Finally, as widely reported, the Boeing board took action, at least to a degree. Boeing replace CEO Muilenburg with current Board of Directors Chairman, David Calhoun. (Though Calhoun does not officially take the position until mid-January.) https://www.wsj.com/articles/boeing-names-david-l-calhoun-to-replace-dennis-muilenburg-as-ceo-11577110365?mod=hp_lead_pos6 Calhoun has been a director since 2009, lead independent director since April 2018 and was appointed Chairman in October of this year when the company split the Chairman and CEO role. From the link above on Calhoun:
Mr. Calhoun, who is set to become CEO on Jan. 13, has been a Boeing director since 2009. He spent 26 years at GE, including running its aircraft engine business.
At Blackstone, he has confronted other major corporate crises. He is credited with turning around the fortunes of Nielsen Holdings PLC after being put in charge of the market research and measurement company.
He later became chairman of Caterpillar Inc. ’s board weeks after federal agents raided the heavy machinery maker’s Illinois headquarters. Both he and Mr. Muilenburg are on Caterpillar’s board.
Directors and executives who have worked with Mr. Calhoun have said his experience should help Boeing overcome its problems.

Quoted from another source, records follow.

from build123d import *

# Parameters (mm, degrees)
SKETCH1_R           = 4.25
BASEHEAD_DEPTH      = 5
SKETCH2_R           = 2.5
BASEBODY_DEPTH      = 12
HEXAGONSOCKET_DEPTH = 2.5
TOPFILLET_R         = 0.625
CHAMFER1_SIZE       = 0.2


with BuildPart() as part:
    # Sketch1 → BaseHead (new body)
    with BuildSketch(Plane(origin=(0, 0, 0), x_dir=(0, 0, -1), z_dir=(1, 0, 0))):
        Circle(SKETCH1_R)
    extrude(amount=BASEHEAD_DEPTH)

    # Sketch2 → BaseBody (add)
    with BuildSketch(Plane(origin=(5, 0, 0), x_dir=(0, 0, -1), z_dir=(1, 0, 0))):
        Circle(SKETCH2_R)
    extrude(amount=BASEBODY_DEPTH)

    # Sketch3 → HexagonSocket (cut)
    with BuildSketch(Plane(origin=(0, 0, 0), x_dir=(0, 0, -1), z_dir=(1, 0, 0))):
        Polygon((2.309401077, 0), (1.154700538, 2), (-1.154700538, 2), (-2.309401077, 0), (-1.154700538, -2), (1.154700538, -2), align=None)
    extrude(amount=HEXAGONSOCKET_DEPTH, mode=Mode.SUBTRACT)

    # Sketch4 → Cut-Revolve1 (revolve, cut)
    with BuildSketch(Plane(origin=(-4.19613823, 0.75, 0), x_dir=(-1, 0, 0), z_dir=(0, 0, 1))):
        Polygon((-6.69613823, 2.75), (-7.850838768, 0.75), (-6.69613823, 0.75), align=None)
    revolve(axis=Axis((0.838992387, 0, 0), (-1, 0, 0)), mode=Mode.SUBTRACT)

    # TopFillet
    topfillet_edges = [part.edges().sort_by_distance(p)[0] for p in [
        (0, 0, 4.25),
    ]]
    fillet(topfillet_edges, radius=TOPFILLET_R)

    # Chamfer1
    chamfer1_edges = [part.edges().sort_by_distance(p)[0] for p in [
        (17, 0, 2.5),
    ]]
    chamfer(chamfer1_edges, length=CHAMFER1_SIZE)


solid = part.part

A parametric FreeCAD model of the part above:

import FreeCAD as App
import Part
import Sketcher
from FreeCAD import Vector
Q = App.Units.Quantity


def edges_at(feature, points):
    """Names of the edges that pass closest to the given points."""
    edges = feature.Shape.Edges
    near = lambda p: min(range(len(edges)), key=lambda i: edges[i].distToShape(Part.Vertex(*p))[0])
    return sorted({f"Edge{near(p) + 1}" for p in points})


def add_polygon(sketch, points):
    """Adds a closed chain of lines whose ends are joined by coincident constraints."""
    first, n = sketch.GeometryCount, len(points)
    for a, b in zip(points, points[1:] + points[:1]):
        sketch.addGeometry(Part.LineSegment(App.Vector(*a, 0), App.Vector(*b, 0)), False)
    for i in range(n):
        sketch.addConstraint(Sketcher.Constraint("Coincident", first + i, 2, first + (i + 1) % n, 1))

doc = App.newDocument("Part")
body = doc.addObject("PartDesign::Body", "Body")

# Sketch on YZ plane
sketch1 = body.newObject("Sketcher::SketchObject", "Sketch")
sketch1.AttachmentSupport = (doc.getObject("YZ_Plane"), [""])
sketch1.MapMode = "FlatFace"
sketch1.addGeometry(Part.Circle(Vector(0, 0, 0), Vector(0, 0, 1), 4.25), False)
sketch1.addConstraint([
    Sketcher.Constraint("Coincident", 0, 3, -1, 1),
    Sketcher.Constraint("Diameter", 0, Q("8.5 mm")),
])
pad1 = body.newObject("PartDesign::Pad", "Pad")
pad1.Profile = sketch1
pad1.Length = 5

# Sketch on YZ plane
sketch2 = body.newObject("Sketcher::SketchObject", "Sketch001")
sketch2.AttachmentSupport = (doc.getObject("YZ_Plane"), [""])
sketch2.MapMode = "FlatFace"
sketch2.AttachmentOffset = App.Placement(Vector(0, 0, 5), App.Rotation())
sketch2.addGeometry(Part.Circle(Vector(0, 0, 0), Vector(0, 0, 1), 2.5), False)
sketch2.addConstraint([
    Sketcher.Constraint("Coincident", 0, 3, -1, 1),
    Sketcher.Constraint("Diameter", 0, Q("5 mm")),
])
pad2 = body.newObject("PartDesign::Pad", "Pad001")
pad2.Profile = sketch2
pad2.Length = 12

# Sketch on YZ plane
sketch3 = body.newObject("Sketcher::SketchObject", "Sketch002")
sketch3.AttachmentSupport = (doc.getObject("YZ_Plane"), [""])
sketch3.MapMode = "FlatFace"
add_polygon(sketch3, [(0, -2.309401), (2, -1.154701), (2, 1.154701), (0, 2.309401), (-2, 1.154701), (-2, -1.154701)])  # lines 0-5
sketch3.addConstraint([
    Sketcher.Constraint("Vertical", 1),
    Sketcher.Constraint("Vertical", 4),
    Sketcher.Constraint("Symmetric", 0, 2, 3, 2, -1, 1),
    Sketcher.Constraint("Symmetric", 2, 2, 5, 2, -1, 1),
    Sketcher.Constraint("PointOnObject", 2, 2, -2),
    Sketcher.Constraint("Parallel", 2, 5),
    Sketcher.Constraint("Horizontal", 1, 2, 3, 2),
    Sketcher.Constraint("Angle", 0, Q("30 deg")),
    Sketcher.Constraint("DistanceX", -1, 1, 0, 2, Q("2 mm")),
    Sketcher.Constraint("DistanceY", 1, 1, 1, 2, Q("2.309401 mm")),
])
pocket1 = body.newObject("PartDesign::Pocket", "Pocket")
pocket1.Profile = sketch3
pocket1.Length = 2.5
pocket1.Reversed = True

# Sketch on XY plane
sketch4 = body.newObject("Sketcher::SketchObject", "Sketch003")
sketch4.AttachmentSupport = (doc.getObject("XY_Plane"), [""])
sketch4.MapMode = "FlatFace"
add_polygon(sketch4, [(2.5, -2), (3.654701, 0), (2.5, 0)])  # lines 0-2
sketch4.addConstraint([
    Sketcher.Constraint("Horizontal", 1),
    Sketcher.Constraint("Vertical", 2),
    Sketcher.Constraint("PointOnObject", 0, 2, -1),
    Sketcher.Constraint("DistanceY", 2, 2, 2, 1, Q("2 mm")),
    Sketcher.Constraint("Angle", 0, Q("60 deg")),
    Sketcher.Constraint("DistanceX", -1, 1, 1, 2, Q("2.5 mm")),
])
groove = body.newObject("PartDesign::Groove", "Groove")
groove.Profile = sketch4
groove.ReferenceAxis = (sketch4, ["H_Axis"])
groove.Angle = 360
doc.recompute()

fillet = body.newObject("PartDesign::Fillet", "Fillet")
fillet.Base = (groove, edges_at(groove, [(0, 0, 4.25)]))
fillet.Radius = 0.625
doc.recompute()

chamfer = body.newObject("PartDesign::Chamfer", "Chamfer")
chamfer.Base = (fillet, edges_at(fillet, [(17, 0, 2.5)]))
chamfer.Size = 0.2

doc.recompute()
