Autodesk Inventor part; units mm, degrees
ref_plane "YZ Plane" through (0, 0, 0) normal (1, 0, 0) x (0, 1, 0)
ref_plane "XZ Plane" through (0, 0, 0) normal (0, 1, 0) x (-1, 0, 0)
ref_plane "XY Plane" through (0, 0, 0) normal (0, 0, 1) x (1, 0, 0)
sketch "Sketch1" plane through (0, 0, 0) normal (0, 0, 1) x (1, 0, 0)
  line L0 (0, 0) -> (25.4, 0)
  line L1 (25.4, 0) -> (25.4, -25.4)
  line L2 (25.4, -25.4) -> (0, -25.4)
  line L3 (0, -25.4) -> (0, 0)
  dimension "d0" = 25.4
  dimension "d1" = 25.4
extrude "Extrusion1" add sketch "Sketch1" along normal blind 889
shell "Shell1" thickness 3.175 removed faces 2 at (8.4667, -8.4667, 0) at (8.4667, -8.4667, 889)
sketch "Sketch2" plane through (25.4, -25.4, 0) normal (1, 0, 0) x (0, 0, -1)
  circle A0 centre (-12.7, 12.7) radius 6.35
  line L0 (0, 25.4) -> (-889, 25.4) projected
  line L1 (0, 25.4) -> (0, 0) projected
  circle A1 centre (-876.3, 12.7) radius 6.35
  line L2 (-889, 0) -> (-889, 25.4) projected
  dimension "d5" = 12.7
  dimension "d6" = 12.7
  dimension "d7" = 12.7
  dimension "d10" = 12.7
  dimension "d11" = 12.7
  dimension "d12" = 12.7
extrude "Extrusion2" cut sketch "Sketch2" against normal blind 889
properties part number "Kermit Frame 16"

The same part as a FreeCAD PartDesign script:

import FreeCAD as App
import Part
import Sketcher
Q = App.Units.Quantity


def faces_at(feature, points):
    """Names of the faces that lie closest to the given points."""
    faces = feature.Shape.Faces
    near = lambda p: min(range(len(faces)), key=lambda i: faces[i].distToShape(Part.Vertex(*p))[0])
    return sorted({f"Face{near(p) + 1}" for p in points})


def add_polygon(sketch, points):
    """Adds a closed chain of lines whose ends are joined by coincident constraints."""
    first, n = sketch.GeometryCount, len(points)
    for a, b in zip(points, points[1:] + points[:1]):
        sketch.addGeometry(Part.LineSegment(App.Vector(*a, 0), App.Vector(*b, 0)), False)
    for i in range(n):
        sketch.addConstraint(Sketcher.Constraint("Coincident", first + i, 2, first + (i + 1) % n, 1))

doc = App.newDocument("Part")
body = doc.addObject("PartDesign::Body", "Body")

# Sketch on XY plane
sketch1 = doc.addObject("Sketcher::SketchObject", "Sketch")
body.addObject(sketch1)
sketch1.AttachmentSupport = (doc.XY_Plane, [""])
sketch1.MapMode = "FlatFace"
add_polygon(sketch1, [(25, 0), (0, 0), (0, -25), (25, -25)])  # lines 0-3
sketch1.addConstraint([
    Sketcher.Constraint("Horizontal", 0),
    Sketcher.Constraint("Vertical", 1),
    Sketcher.Constraint("Horizontal", 2),
    Sketcher.Constraint("Vertical", 3),
    Sketcher.Constraint("Coincident", 0, 2, -1, 1),
    Sketcher.Constraint("Equal", 2, 1),
    Sketcher.Constraint("DistanceX", 0, 2, 0, 1, Q("1 in")),
])
pad1 = doc.addObject("PartDesign::Pad", "Pad")
body.addObject(pad1)
pad1.Profile = sketch1
pad1.Length = Q("35 in")
doc.recompute()

thickness = doc.addObject("PartDesign::Thickness", "Thickness")
body.addObject(thickness)
thickness.Base = (pad1, faces_at(pad1, [(8.467, -8.467, 0), (8.467, -8.467, 889)]))
thickness.Value = Q("0.125 in")
thickness.Reversed = True
thickness.Join = "Intersection"

# Sketch on YZ plane
sketch2 = doc.addObject("Sketcher::SketchObject", "Sketch001")
body.addObject(sketch2)
sketch2.AttachmentSupport = (doc.YZ_Plane, [""])
sketch2.MapMode = "FlatFace"
sketch2.AttachmentOffset = App.Placement(App.Vector(0, 0, 1 * 25.4), App.Rotation())
sketch2.addGeometry([
    Part.Circle(App.Vector(-13, 13, 0), App.Vector(0, 0, 1), 6),
    Part.Circle(App.Vector(-13, 876, 0), App.Vector(0, 0, 1), 6),
], False)
sketch2.addConstraint([
    Sketcher.Constraint("Equal", 0, 1),
    Sketcher.Constraint("Vertical", 0, 3, 1, 3),
    Sketcher.Constraint("Diameter", 0, Q("0.5 in")),
    Sketcher.Constraint("DistanceX", 0, 3, -1, 1, Q("0.5 in")),
    Sketcher.Constraint("DistanceY", -1, 1, 0, 3, Q("0.5 in")),
    Sketcher.Constraint("DistanceY", 0, 3, 1, 3, Q("34 in")),
])
pocket1 = doc.addObject("PartDesign::Pocket", "Pocket")
body.addObject(pocket1)
pocket1.Profile = sketch2
pocket1.Length = Q("35 in")

doc.recompute()
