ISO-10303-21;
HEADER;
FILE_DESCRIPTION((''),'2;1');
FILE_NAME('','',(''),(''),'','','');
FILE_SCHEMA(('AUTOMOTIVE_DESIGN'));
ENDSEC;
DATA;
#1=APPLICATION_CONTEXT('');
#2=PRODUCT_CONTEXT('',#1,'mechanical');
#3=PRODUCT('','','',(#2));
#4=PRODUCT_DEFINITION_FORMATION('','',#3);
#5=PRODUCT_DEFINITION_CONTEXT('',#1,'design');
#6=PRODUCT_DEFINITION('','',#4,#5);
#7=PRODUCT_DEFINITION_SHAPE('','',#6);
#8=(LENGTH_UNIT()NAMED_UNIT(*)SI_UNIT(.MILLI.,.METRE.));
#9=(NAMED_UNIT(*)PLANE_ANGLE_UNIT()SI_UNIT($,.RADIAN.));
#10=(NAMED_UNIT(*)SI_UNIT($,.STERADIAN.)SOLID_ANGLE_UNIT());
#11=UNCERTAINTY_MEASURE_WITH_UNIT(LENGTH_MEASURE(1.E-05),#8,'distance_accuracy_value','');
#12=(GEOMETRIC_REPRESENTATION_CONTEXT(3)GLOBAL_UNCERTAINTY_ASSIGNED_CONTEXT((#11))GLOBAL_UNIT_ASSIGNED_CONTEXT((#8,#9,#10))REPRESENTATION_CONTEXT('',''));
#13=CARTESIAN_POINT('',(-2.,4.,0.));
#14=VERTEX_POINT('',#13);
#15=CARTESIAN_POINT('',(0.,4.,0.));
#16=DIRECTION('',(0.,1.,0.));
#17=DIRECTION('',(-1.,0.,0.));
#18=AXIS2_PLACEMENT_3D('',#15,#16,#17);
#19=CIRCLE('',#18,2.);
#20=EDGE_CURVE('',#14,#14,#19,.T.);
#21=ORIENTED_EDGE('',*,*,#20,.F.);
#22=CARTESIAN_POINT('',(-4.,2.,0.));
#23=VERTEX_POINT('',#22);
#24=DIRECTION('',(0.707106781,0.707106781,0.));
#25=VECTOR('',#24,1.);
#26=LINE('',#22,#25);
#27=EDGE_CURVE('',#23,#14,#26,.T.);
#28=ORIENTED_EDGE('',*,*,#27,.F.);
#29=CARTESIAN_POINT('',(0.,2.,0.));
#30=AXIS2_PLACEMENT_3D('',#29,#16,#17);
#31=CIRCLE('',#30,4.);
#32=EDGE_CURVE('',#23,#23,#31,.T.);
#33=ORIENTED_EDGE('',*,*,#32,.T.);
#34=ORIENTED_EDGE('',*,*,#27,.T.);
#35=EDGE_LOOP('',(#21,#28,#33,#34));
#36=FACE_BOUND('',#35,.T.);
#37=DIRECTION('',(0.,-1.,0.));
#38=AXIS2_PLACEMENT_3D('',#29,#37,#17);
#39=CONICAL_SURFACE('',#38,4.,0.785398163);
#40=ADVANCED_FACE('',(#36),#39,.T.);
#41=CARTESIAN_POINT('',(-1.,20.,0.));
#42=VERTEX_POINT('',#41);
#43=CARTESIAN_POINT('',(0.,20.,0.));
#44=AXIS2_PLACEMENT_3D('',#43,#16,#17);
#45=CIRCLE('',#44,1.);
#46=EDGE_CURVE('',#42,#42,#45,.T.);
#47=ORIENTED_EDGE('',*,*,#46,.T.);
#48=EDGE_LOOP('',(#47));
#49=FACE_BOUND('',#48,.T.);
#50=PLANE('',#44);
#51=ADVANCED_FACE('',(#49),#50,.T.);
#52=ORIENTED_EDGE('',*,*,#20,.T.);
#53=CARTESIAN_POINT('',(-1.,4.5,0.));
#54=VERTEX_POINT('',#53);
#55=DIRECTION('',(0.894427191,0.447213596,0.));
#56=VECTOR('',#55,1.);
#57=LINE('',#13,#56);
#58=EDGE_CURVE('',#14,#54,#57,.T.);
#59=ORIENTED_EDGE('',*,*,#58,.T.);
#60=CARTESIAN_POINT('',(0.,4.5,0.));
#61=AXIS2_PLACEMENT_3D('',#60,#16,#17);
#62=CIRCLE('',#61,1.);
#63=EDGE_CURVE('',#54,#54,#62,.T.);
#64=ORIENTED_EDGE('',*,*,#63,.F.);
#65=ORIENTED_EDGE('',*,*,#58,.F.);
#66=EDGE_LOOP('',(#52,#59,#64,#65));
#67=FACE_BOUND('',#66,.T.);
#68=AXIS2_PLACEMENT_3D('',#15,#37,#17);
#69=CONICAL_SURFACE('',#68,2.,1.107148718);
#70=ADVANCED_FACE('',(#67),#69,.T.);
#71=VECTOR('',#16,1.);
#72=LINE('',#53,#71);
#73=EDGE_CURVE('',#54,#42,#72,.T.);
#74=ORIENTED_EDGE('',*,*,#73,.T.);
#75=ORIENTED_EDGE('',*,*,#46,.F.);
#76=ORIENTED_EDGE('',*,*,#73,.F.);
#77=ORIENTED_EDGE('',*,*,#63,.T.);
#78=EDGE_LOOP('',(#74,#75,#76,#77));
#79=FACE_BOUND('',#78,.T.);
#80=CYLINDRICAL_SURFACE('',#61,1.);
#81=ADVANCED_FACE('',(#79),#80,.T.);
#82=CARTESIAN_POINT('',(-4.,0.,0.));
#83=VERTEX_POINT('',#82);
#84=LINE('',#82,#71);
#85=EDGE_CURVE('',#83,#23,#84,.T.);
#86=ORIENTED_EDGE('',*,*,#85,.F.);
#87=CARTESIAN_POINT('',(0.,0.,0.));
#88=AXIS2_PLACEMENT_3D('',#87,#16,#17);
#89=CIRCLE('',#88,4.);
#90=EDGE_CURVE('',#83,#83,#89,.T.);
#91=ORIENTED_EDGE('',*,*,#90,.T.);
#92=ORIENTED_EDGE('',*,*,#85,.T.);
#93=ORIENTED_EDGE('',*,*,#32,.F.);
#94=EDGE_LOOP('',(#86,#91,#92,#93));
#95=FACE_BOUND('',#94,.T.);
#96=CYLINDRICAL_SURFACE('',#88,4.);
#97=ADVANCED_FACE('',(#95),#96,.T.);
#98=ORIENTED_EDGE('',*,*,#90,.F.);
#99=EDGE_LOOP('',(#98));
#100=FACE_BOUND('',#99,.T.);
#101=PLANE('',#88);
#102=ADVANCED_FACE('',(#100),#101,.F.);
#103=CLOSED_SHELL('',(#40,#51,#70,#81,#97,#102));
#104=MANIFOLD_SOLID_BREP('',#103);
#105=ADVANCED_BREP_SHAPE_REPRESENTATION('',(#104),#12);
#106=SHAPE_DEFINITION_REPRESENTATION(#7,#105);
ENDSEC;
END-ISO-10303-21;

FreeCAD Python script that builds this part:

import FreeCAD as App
import Part
import Sketcher
Q = App.Units.Quantity

doc = App.newDocument("Part")
body = doc.addObject("PartDesign::Body", "Body")

sketch1 = body.newObject("Sketcher::SketchObject", "Sketch")
sketch1.AttachmentSupport = (doc.getObject("XY_Plane"), [""])
sketch1.MapMode = "FlatFace"
sketch1.addGeometry(Part.LineSegment(App.Vector(-4, 0, 0), App.Vector(0, 0, 0)), False)
sketch1.addGeometry(Part.LineSegment(App.Vector(0, 0, 0), App.Vector(0, 20, 0)), False)
sketch1.addGeometry(Part.LineSegment(App.Vector(0, 20, 0), App.Vector(-1, 20, 0)), False)
sketch1.addGeometry(Part.LineSegment(App.Vector(-1, 20, 0), App.Vector(-1, 4.5, 0)), False)
sketch1.addGeometry(Part.LineSegment(App.Vector(-1, 4.5, 0), App.Vector(-2, 4, 0)), False)
sketch1.addGeometry(Part.LineSegment(App.Vector(-2, 4, 0), App.Vector(-4, 2, 0)), False)
sketch1.addGeometry(Part.LineSegment(App.Vector(-4, 2, 0), App.Vector(-4, 0, 0)), False)
sketch1.addConstraint(Sketcher.Constraint("Coincident", 0, 2, 1, 1))
sketch1.addConstraint(Sketcher.Constraint("Coincident", 1, 2, 2, 1))
sketch1.addConstraint(Sketcher.Constraint("Coincident", 2, 2, 3, 1))
sketch1.addConstraint(Sketcher.Constraint("Coincident", 3, 2, 4, 1))
sketch1.addConstraint(Sketcher.Constraint("Coincident", 4, 2, 5, 1))
sketch1.addConstraint(Sketcher.Constraint("Coincident", 5, 2, 6, 1))
sketch1.addConstraint(Sketcher.Constraint("Coincident", 6, 2, 0, 1))
sketch1.addConstraint(Sketcher.Constraint("Horizontal", 0))
sketch1.addConstraint(Sketcher.Constraint("Vertical", 1))
sketch1.addConstraint(Sketcher.Constraint("Horizontal", 2))
sketch1.addConstraint(Sketcher.Constraint("Vertical", 3))
sketch1.addConstraint(Sketcher.Constraint("Vertical", 6))
sketch1.addConstraint(Sketcher.Constraint("Coincident", 0, 2, -1, 1))
sketch1.addConstraint(Sketcher.Constraint("DistanceX", 0, 1, 0, 2, 4.0))
sketch1.addConstraint(Sketcher.Constraint("DistanceX", 2, 2, 2, 1, 1.0))
sketch1.addConstraint(Sketcher.Constraint("DistanceY", 1, 1, 1, 2, 20.0))
sketch1.addConstraint(Sketcher.Constraint("DistanceY", 6, 2, 6, 1, 2.0))
sketch1.addConstraint(Sketcher.Constraint("Angle", 5, Q("-135 deg")))
sketch1.addConstraint(Sketcher.Constraint("DistanceY", 3, 2, 3, 1, 15.5))
sketch1.addConstraint(Sketcher.Constraint("DistanceX", 4, 2, -1, 1, 2.0))
revolution = body.newObject("PartDesign::Revolution", "Revolution")
revolution.Profile = sketch1
revolution.ReferenceAxis = (sketch1, ["V_Axis"])
revolution.Angle = 360

doc.recompute()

Inside boardrooms, his personality looms large, and he became increasingly assertive inside Boeing’s boardroom as problems mounted this year, colleagues have said.
Replacing the outgoing CEO with a director present throughout both the development of the MAX and the crisis is hardly perfect optics. That’s the negative. Perhaps a retired airline CEO, a retired air force chief, or another Calhoun-like executive with critical supply chain experience would have been better. But what is done is done and there are positives; namely, time has grown even more critical to Boeing and Calhoun is familiar with the situation, the details, all the players, has experience in turnarounds and understands aerospace given his previous role with GE’s aircraft business.
By necessity, stakeholders are going to have to move from actively questioning the choice of Calhoun, to waiting to see exactly what he does. Calhoun may be able to begin enhancing his credibility by starting a process of selectively cleaning house, by ridding the company of executives most directly involved in the mistakes. Ideally, there will be some first hints of progress regarding recertification.
Benefits of a new CEO also include providing the FAA a new person in whom to hand over MAX recertification. If I myself was part of the regulatory approval process, in particular the FAA administer or someone in the same role in other jurisdictions, the last person to whom I would want to hand over recertification approval would be the Boeing CEO in charge through the debacle. Now, that will not be necessary.
Also, Calhoun could be an interim step whose main role is to provide able leadership by an executive up to speed on the crisis and to then move on at some point after recertification. This NPR transcript highlights this possibility:
“…well, you know, that gets to the big question of how long he's staying for. As a short-term stabilizer, he's a really good choice. He's deeply respected by a lot of people. He's got a great external presence. He'll be a good diplomat, which is perhaps what they need right now after the recent missteps. But in terms of somebody who changes the way the company operates and, well, gets relations between the commercial aircraft unit in Seattle and corporate headquarters in Chicago back on track, he's probably not the right choice for that.”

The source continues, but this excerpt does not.